At VMFAT-201 we had highly qualified and experienced enlisted backseaters who "rode" in either airframe for maintenance troubleshooting purposes when necessary. After I was discharged in 1971 VMFAT-201 furled her colors, and turned over all Marine F-4 pilot training to VMFAT-101 in California.

Enlisted Camera Operators

I was aircraft camera repair and maintenance and do not recall an enlisted cameraman ever.  However I do recall a field that went by the title of "combat camera".  They would do all types of combat documentation photography to include flying missions on varied aircraft. Your family friend may have been in this field  

I have included a link to their organization which may help : 


Michael Schofield
F-4 Enlisted Back-Seat (or the Guy Screaming in the Glove Box)

I can tell you with the utmost certainty, there were many enlisted back-seaters as WSO's/RIO's.

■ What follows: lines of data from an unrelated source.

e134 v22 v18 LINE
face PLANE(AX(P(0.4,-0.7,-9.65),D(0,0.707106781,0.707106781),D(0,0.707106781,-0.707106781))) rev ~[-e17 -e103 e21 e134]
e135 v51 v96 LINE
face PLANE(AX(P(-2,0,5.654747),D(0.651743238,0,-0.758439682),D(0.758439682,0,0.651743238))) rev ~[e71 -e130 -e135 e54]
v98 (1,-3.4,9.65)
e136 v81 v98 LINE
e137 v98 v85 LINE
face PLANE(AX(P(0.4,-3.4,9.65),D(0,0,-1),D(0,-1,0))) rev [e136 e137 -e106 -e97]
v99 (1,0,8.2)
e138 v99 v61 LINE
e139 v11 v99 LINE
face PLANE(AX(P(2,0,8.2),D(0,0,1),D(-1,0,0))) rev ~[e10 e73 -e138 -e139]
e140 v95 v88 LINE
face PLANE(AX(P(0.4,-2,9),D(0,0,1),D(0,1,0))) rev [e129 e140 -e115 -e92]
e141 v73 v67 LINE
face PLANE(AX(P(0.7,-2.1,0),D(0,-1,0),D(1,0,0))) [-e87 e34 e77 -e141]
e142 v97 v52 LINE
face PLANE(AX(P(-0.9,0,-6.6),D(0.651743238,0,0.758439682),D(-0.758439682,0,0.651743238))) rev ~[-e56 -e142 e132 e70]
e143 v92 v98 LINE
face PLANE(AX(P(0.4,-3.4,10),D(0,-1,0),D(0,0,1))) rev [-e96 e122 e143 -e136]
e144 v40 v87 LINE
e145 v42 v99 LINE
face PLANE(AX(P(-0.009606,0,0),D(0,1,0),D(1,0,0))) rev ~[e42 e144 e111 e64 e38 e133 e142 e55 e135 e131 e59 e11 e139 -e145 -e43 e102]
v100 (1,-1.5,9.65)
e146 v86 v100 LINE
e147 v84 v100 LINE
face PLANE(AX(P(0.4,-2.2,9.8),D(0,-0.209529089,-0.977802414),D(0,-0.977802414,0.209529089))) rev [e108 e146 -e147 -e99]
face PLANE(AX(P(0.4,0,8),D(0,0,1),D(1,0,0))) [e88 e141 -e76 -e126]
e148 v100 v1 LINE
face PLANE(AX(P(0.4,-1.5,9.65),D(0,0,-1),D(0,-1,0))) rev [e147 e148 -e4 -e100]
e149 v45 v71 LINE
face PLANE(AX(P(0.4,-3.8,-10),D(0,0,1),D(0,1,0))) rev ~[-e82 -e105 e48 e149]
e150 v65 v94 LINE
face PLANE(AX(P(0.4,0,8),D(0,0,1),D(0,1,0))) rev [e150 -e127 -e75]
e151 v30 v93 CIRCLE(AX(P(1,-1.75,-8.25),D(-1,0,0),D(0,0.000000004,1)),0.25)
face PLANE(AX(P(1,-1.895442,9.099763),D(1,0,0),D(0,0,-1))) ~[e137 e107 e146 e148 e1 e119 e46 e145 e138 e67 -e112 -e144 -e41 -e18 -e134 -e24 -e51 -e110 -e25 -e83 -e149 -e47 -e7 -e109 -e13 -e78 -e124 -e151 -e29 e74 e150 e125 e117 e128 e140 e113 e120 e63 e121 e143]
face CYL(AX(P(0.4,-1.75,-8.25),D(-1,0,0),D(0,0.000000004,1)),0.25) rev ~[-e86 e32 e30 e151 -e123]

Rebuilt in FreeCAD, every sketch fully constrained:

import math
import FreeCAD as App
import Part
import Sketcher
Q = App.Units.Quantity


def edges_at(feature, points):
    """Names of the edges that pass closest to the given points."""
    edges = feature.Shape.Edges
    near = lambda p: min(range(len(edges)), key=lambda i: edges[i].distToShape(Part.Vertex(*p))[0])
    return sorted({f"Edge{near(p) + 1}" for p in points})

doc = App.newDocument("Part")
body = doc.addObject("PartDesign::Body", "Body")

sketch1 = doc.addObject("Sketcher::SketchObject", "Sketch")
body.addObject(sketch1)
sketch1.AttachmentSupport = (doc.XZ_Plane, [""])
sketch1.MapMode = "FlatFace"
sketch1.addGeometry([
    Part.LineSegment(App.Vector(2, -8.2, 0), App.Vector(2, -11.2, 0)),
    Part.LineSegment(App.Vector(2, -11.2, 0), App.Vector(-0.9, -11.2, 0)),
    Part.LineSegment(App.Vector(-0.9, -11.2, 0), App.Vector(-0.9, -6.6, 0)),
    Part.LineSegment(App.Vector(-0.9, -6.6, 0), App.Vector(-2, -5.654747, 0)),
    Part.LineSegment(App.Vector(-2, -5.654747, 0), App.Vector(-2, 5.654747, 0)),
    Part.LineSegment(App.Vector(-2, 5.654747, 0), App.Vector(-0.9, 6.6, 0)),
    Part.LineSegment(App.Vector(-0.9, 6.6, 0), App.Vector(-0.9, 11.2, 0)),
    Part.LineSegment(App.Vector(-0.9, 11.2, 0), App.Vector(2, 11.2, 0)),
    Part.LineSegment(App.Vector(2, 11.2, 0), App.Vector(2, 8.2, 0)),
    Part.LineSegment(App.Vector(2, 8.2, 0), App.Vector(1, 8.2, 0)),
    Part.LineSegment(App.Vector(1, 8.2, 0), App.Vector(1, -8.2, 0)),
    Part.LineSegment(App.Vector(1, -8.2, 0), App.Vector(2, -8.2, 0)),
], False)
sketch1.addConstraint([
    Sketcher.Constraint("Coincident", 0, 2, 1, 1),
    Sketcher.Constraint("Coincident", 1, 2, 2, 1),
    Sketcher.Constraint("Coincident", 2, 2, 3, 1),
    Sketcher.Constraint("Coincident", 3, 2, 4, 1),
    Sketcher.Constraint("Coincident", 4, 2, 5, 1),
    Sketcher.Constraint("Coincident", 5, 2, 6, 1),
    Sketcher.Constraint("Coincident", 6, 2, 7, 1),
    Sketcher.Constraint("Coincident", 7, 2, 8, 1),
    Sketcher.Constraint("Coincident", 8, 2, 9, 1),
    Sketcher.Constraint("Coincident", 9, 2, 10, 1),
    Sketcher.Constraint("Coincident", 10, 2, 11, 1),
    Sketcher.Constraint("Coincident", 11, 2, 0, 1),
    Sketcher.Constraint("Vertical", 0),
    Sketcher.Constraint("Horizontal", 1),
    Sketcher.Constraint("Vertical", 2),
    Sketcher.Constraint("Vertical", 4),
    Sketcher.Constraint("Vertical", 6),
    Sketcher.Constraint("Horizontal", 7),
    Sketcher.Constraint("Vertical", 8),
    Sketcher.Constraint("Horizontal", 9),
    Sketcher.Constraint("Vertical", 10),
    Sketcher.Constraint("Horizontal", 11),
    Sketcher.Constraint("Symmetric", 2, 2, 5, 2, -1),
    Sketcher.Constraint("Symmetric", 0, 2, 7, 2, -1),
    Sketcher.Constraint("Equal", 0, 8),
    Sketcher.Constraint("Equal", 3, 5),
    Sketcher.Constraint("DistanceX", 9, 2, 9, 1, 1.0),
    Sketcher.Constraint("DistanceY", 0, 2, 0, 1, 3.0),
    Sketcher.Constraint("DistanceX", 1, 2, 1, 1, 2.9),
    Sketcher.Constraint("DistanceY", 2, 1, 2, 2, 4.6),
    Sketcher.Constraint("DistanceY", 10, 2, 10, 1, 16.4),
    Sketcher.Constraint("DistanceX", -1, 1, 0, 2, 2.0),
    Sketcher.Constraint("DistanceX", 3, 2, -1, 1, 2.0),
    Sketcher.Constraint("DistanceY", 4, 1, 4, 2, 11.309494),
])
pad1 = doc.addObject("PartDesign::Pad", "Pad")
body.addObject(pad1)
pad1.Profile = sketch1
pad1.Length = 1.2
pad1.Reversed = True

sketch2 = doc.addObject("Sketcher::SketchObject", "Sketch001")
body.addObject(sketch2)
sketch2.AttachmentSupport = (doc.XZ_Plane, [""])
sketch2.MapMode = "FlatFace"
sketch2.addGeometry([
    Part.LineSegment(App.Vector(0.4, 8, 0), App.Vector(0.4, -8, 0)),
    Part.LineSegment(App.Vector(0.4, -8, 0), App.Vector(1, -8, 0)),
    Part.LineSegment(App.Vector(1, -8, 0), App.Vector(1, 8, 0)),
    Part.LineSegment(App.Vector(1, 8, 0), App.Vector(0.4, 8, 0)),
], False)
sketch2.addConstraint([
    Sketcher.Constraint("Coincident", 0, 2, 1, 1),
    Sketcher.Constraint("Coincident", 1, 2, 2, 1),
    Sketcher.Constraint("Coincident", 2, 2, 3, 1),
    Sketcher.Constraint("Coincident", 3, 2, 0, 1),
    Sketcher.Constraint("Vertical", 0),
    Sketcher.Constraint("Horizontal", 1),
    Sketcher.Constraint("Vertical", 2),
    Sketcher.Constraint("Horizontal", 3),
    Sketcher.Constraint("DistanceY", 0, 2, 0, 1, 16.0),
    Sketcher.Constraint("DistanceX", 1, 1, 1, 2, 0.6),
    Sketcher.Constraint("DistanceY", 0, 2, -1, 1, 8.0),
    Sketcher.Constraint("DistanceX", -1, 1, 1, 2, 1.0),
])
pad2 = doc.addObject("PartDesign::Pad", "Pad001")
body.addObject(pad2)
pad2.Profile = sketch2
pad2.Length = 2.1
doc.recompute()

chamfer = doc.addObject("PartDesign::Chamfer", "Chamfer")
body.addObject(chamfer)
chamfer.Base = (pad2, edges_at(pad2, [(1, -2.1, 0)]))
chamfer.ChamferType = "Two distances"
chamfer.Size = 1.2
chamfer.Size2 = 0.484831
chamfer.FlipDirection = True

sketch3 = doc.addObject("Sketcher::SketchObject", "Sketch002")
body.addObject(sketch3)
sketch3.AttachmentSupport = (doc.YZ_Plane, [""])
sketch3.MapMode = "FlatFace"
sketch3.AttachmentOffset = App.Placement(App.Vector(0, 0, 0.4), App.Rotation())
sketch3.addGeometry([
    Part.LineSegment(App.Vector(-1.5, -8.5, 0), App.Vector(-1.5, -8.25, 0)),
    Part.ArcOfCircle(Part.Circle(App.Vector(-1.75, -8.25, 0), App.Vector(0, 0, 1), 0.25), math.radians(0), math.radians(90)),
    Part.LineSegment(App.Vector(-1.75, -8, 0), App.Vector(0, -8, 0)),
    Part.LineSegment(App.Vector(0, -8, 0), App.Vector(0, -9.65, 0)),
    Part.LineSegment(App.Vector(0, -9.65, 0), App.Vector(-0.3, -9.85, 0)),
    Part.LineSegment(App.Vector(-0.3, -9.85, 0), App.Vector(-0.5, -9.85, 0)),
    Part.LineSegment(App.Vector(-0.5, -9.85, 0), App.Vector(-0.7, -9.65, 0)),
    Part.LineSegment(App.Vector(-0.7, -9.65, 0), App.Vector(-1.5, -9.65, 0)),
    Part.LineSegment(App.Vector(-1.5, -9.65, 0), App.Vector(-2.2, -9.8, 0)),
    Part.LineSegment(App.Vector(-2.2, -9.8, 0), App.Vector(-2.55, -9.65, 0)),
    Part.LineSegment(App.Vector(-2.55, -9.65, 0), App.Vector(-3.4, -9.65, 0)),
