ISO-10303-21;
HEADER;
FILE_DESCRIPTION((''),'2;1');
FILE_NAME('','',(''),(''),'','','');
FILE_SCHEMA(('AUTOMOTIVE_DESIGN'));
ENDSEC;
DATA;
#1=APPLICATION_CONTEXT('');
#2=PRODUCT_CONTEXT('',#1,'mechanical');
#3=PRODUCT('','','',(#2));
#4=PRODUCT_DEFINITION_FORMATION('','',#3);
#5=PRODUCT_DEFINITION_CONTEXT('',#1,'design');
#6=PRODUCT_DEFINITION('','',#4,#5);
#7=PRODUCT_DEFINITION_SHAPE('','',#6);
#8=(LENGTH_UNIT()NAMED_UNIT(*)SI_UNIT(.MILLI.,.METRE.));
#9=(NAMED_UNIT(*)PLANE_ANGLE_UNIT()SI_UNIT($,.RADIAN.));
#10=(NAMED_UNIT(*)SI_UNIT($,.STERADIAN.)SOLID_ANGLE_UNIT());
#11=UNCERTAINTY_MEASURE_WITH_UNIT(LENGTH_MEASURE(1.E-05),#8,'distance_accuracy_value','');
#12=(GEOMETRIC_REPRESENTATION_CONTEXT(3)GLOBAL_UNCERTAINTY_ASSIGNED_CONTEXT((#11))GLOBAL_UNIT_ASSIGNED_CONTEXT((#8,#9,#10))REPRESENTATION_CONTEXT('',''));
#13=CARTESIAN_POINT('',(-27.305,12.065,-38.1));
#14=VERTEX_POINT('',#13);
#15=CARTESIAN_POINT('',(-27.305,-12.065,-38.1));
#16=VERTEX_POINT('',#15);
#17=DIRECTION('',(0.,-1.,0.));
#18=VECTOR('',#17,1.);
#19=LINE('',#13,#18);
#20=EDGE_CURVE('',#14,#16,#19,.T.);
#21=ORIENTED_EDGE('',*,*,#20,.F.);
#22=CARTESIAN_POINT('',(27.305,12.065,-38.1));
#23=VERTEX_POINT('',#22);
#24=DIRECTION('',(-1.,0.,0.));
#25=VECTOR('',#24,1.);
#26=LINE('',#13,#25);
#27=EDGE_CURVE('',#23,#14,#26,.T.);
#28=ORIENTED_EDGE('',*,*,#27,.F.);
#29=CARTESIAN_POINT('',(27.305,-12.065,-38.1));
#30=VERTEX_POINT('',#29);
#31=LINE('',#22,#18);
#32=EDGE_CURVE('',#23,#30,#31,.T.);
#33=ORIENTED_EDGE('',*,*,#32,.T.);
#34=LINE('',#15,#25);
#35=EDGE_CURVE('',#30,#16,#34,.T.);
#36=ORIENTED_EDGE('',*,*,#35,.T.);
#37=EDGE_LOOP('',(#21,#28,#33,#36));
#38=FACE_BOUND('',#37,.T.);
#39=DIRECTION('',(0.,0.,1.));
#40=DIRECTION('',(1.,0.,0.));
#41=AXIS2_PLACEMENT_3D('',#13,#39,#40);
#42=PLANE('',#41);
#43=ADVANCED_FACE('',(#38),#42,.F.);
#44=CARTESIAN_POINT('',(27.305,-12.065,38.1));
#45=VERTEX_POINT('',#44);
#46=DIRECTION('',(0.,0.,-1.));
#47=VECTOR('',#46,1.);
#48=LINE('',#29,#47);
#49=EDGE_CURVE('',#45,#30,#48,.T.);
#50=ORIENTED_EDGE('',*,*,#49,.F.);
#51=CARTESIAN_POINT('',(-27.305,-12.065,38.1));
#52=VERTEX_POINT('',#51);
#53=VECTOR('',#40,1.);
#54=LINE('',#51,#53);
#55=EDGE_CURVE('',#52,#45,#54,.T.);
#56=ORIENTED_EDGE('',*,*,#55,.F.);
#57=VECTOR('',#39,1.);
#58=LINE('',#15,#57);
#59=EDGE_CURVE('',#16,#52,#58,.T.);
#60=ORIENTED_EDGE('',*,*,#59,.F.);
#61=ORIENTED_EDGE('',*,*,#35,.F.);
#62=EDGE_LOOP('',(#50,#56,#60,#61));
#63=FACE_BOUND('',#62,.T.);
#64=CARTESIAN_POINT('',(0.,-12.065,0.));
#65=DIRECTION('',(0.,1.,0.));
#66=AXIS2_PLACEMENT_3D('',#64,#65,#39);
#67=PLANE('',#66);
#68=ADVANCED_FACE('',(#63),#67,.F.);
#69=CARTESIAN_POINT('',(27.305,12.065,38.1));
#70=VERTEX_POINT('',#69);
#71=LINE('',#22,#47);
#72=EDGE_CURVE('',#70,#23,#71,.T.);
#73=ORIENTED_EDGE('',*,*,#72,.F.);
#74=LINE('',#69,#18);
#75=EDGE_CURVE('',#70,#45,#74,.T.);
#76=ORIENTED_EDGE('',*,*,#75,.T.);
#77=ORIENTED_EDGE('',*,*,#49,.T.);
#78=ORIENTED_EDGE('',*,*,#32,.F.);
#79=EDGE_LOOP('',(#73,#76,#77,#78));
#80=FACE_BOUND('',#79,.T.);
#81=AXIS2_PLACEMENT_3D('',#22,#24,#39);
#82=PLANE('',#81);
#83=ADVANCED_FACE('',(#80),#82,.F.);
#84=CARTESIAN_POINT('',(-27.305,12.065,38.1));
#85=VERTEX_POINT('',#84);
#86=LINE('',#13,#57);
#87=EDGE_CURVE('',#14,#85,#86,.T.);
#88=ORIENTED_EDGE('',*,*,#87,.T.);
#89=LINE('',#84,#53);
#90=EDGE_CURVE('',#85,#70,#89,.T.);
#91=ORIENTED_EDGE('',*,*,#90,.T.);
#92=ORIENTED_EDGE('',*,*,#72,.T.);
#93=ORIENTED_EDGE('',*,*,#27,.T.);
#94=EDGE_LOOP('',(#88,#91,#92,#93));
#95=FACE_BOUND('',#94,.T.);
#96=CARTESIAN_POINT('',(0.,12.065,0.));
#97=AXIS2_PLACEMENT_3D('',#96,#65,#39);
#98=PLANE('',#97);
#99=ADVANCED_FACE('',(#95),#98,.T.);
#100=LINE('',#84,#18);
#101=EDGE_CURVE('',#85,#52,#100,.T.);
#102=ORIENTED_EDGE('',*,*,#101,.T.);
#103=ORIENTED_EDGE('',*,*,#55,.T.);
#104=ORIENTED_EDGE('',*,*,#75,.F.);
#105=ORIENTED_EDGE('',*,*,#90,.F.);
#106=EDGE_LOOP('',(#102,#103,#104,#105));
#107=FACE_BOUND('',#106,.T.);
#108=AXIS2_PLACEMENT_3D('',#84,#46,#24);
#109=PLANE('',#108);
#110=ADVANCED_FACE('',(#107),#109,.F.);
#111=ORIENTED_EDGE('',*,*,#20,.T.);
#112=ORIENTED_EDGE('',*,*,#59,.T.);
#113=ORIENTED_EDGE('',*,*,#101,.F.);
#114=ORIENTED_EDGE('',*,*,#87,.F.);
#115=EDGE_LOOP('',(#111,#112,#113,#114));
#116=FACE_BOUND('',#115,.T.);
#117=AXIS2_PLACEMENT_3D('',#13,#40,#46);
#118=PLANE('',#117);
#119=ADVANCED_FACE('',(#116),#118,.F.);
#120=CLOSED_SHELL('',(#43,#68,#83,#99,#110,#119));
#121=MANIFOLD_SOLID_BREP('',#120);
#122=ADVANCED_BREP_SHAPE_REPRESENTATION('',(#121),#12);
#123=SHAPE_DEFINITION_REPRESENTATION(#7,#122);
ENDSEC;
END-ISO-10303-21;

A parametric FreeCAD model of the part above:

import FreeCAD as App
import Part
import Sketcher
from FreeCAD import Vector
Q = App.Units.Quantity

doc = App.newDocument("Part")
body = doc.addObject("PartDesign::Body", "Body")

# Sketch on XZ plane
sketch1 = body.newObject("Sketcher::SketchObject", "Sketch")
sketch1.AttachmentSupport = (doc.getObject("XZ_Plane"), [""])
sketch1.MapMode = "FlatFace"
sketch1.addGeometry([
    Part.LineSegment(Vector(-27, -38, 0), Vector(-27, 38, 0)),
    Part.LineSegment(Vector(-27, 38, 0), Vector(27, 38, 0)),
    Part.LineSegment(Vector(27, 38, 0), Vector(27, -38, 0)),
    Part.LineSegment(Vector(27, -38, 0), Vector(-27, -38, 0)),
], False)
sketch1.addConstraint([
    Sketcher.Constraint("Coincident", 0, 2, 1, 1),
    Sketcher.Constraint("Coincident", 1, 2, 2, 1),
    Sketcher.Constraint("Coincident", 2, 2, 3, 1),
    Sketcher.Constraint("Coincident", 3, 2, 0, 1),
    Sketcher.Constraint("Vertical", 0),
    Sketcher.Constraint("Horizontal", 1),
    Sketcher.Constraint("Vertical", 2),
    Sketcher.Constraint("Horizontal", 3),
    Sketcher.Constraint("Symmetric", 0, 2, 2, 2, -1, 1),
    Sketcher.Constraint("DistanceY", 0, 1, 0, 2, Q("3 in")),
    Sketcher.Constraint("DistanceX", 1, 1, 1, 2, Q("2.15 in")),
])
pad1 = body.newObject("PartDesign::Pad", "Pad")
pad1.Profile = sketch1
pad1.Length = Q("0.95 in")
pad1.Midplane = True

doc.recompute()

Case in point VMCJ-1, home base MCAS Iwakuni in the early '70s, very early seventies, there were several. I should know because VMFA-115 was next door on the ramp from them while at home base. We alternated with VMFA-232 "Red Devils". I have seen Gunny's and MSgt's, doing a job, and it was no joy ride. EF-10B's and RF-4B's (Linebacker II).

1968 change to be a USAF, USMC and USN backseater

I am very familiar with this era not only because is when ground troops began to be withdrawn from SEA. Those who had ranks and AFSC's that grew out of Navigator officer ranks were excluded from F-4's and only pilots were continued. I was working on a proposal for what became the T-43 "Flying classroom" at the time leading to my eventual civilian entry to class 70-1 at Navy "Top Gun." in December of 1969. Commander J.C. Smith was the commander at the time and he was an Radar Intercept Officer (RIO) at the time. Those trained at Mather AFB before 1968 went on to be Navigators, Radar Bombardier Navigators, and Electronic Warfare Officers which led to me also interviewing the training wings at Castle and Shaw. Now then, I had been to Nellis in 1966 and met with the F-100 and F-105 "Wild Weasels" which was a role taken up by the F-4G much later at George. At some later point the shool at Miramar made me aware of Warrant Officer's going through. There was one USMC crew in my 70-1 class and it's pilot was a Major. My study of the entire process was scuttled in 1968 and all copies of the document that summarized the data from the service schools was destroyed locally.